What is needed:
Looking at the records below, count how many lines contain the string "with". Give that number alone.

Source information section start

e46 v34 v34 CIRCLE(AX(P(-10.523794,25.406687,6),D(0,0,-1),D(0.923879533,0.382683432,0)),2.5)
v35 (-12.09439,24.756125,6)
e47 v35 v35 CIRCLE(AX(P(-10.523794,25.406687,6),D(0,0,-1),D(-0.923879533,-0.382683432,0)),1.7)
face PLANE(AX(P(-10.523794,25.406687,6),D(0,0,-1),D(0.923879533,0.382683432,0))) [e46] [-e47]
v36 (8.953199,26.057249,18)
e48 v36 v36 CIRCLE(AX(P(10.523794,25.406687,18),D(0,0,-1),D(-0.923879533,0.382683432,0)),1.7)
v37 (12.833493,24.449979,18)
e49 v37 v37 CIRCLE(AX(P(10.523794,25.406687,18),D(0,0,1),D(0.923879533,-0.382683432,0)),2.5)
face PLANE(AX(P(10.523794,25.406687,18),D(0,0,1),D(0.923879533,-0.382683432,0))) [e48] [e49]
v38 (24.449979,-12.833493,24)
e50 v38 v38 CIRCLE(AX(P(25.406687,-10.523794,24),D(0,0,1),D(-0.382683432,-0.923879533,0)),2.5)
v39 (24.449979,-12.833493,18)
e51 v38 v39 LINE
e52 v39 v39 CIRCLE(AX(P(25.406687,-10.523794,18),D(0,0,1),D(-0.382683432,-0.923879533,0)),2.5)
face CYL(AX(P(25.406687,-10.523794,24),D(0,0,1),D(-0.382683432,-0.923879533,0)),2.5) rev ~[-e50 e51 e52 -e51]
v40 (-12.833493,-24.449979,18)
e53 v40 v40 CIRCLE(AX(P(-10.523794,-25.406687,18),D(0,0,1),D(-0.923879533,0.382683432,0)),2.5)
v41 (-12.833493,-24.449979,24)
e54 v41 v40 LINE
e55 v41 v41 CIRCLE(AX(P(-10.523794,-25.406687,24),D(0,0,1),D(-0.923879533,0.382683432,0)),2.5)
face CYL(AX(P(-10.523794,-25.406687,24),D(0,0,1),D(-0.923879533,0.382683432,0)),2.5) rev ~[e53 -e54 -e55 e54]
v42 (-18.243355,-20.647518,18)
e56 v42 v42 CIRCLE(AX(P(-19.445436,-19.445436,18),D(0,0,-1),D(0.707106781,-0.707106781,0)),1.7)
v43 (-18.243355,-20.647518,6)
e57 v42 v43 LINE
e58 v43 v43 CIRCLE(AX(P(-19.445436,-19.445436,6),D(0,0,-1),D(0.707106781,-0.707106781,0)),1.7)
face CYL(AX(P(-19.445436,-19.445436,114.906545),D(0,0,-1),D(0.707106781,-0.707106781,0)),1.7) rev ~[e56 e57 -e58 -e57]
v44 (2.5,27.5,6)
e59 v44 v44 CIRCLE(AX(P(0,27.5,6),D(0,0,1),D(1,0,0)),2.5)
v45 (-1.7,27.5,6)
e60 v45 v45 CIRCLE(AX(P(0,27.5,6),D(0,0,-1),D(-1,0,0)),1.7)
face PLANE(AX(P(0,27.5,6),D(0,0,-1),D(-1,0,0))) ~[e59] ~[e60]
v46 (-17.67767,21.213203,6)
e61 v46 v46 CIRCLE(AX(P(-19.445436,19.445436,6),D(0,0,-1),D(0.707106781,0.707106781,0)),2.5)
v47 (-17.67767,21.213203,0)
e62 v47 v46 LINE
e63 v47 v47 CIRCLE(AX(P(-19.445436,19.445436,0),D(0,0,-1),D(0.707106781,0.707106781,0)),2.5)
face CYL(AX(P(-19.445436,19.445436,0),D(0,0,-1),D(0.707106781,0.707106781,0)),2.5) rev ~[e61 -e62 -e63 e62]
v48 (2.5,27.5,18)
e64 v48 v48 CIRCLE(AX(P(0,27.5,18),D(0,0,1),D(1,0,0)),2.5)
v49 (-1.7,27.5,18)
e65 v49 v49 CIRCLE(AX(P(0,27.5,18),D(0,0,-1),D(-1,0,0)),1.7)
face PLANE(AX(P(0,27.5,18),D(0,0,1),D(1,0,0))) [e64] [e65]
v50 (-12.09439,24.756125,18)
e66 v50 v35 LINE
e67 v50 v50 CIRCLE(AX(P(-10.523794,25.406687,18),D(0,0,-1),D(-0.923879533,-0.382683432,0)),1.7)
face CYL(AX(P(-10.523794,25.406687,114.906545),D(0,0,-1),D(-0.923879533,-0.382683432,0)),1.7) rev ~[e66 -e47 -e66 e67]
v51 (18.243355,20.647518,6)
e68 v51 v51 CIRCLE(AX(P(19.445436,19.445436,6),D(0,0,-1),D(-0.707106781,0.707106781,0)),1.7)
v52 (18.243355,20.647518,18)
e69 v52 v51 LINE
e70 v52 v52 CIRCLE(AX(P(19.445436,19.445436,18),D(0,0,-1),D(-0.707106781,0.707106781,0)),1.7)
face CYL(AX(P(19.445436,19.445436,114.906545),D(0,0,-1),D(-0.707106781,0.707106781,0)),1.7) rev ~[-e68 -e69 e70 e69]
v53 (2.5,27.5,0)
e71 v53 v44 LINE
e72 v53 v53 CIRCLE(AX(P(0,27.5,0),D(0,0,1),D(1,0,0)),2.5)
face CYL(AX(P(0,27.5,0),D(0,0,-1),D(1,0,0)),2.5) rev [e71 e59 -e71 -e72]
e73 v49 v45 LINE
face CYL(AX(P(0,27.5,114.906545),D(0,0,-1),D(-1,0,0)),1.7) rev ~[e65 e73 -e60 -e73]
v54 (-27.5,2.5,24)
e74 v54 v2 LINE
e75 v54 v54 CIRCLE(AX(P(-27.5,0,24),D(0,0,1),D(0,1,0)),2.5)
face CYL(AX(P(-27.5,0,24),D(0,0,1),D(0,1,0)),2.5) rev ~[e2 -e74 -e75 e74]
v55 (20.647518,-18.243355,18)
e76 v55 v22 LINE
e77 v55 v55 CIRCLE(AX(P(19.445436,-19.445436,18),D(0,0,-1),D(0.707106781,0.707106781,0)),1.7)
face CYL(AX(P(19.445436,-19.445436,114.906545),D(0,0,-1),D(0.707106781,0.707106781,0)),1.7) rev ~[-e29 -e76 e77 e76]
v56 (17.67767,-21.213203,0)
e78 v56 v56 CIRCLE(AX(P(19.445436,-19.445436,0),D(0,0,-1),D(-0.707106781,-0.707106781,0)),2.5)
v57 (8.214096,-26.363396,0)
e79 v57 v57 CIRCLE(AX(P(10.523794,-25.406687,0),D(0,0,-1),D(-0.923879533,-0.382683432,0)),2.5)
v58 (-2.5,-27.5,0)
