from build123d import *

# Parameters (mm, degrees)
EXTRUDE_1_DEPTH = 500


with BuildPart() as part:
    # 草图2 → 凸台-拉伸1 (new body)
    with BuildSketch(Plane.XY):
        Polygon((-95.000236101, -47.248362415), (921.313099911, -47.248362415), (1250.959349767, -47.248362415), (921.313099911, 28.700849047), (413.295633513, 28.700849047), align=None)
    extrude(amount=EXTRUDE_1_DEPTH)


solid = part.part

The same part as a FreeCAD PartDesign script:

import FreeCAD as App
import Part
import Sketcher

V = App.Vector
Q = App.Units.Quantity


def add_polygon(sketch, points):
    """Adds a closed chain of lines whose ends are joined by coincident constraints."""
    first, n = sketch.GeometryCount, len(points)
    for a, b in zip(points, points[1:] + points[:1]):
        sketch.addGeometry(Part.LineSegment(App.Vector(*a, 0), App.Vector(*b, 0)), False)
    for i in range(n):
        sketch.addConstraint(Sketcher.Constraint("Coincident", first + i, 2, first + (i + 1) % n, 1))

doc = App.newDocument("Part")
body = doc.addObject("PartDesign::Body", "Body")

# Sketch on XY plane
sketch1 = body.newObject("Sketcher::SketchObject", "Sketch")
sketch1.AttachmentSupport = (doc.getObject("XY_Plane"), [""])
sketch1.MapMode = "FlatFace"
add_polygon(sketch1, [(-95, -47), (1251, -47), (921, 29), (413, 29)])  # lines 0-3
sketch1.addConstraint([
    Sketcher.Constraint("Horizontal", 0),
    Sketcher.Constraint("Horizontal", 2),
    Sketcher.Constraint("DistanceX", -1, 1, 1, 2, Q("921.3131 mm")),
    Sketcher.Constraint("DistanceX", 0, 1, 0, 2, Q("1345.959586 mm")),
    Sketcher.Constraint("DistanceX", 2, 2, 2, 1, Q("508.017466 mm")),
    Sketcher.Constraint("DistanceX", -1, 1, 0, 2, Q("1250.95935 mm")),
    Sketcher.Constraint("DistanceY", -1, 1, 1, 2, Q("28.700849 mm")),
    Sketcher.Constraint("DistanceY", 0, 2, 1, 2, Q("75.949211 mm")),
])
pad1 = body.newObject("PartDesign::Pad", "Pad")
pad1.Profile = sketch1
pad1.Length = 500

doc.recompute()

Source information section end

Result for this exercise:
2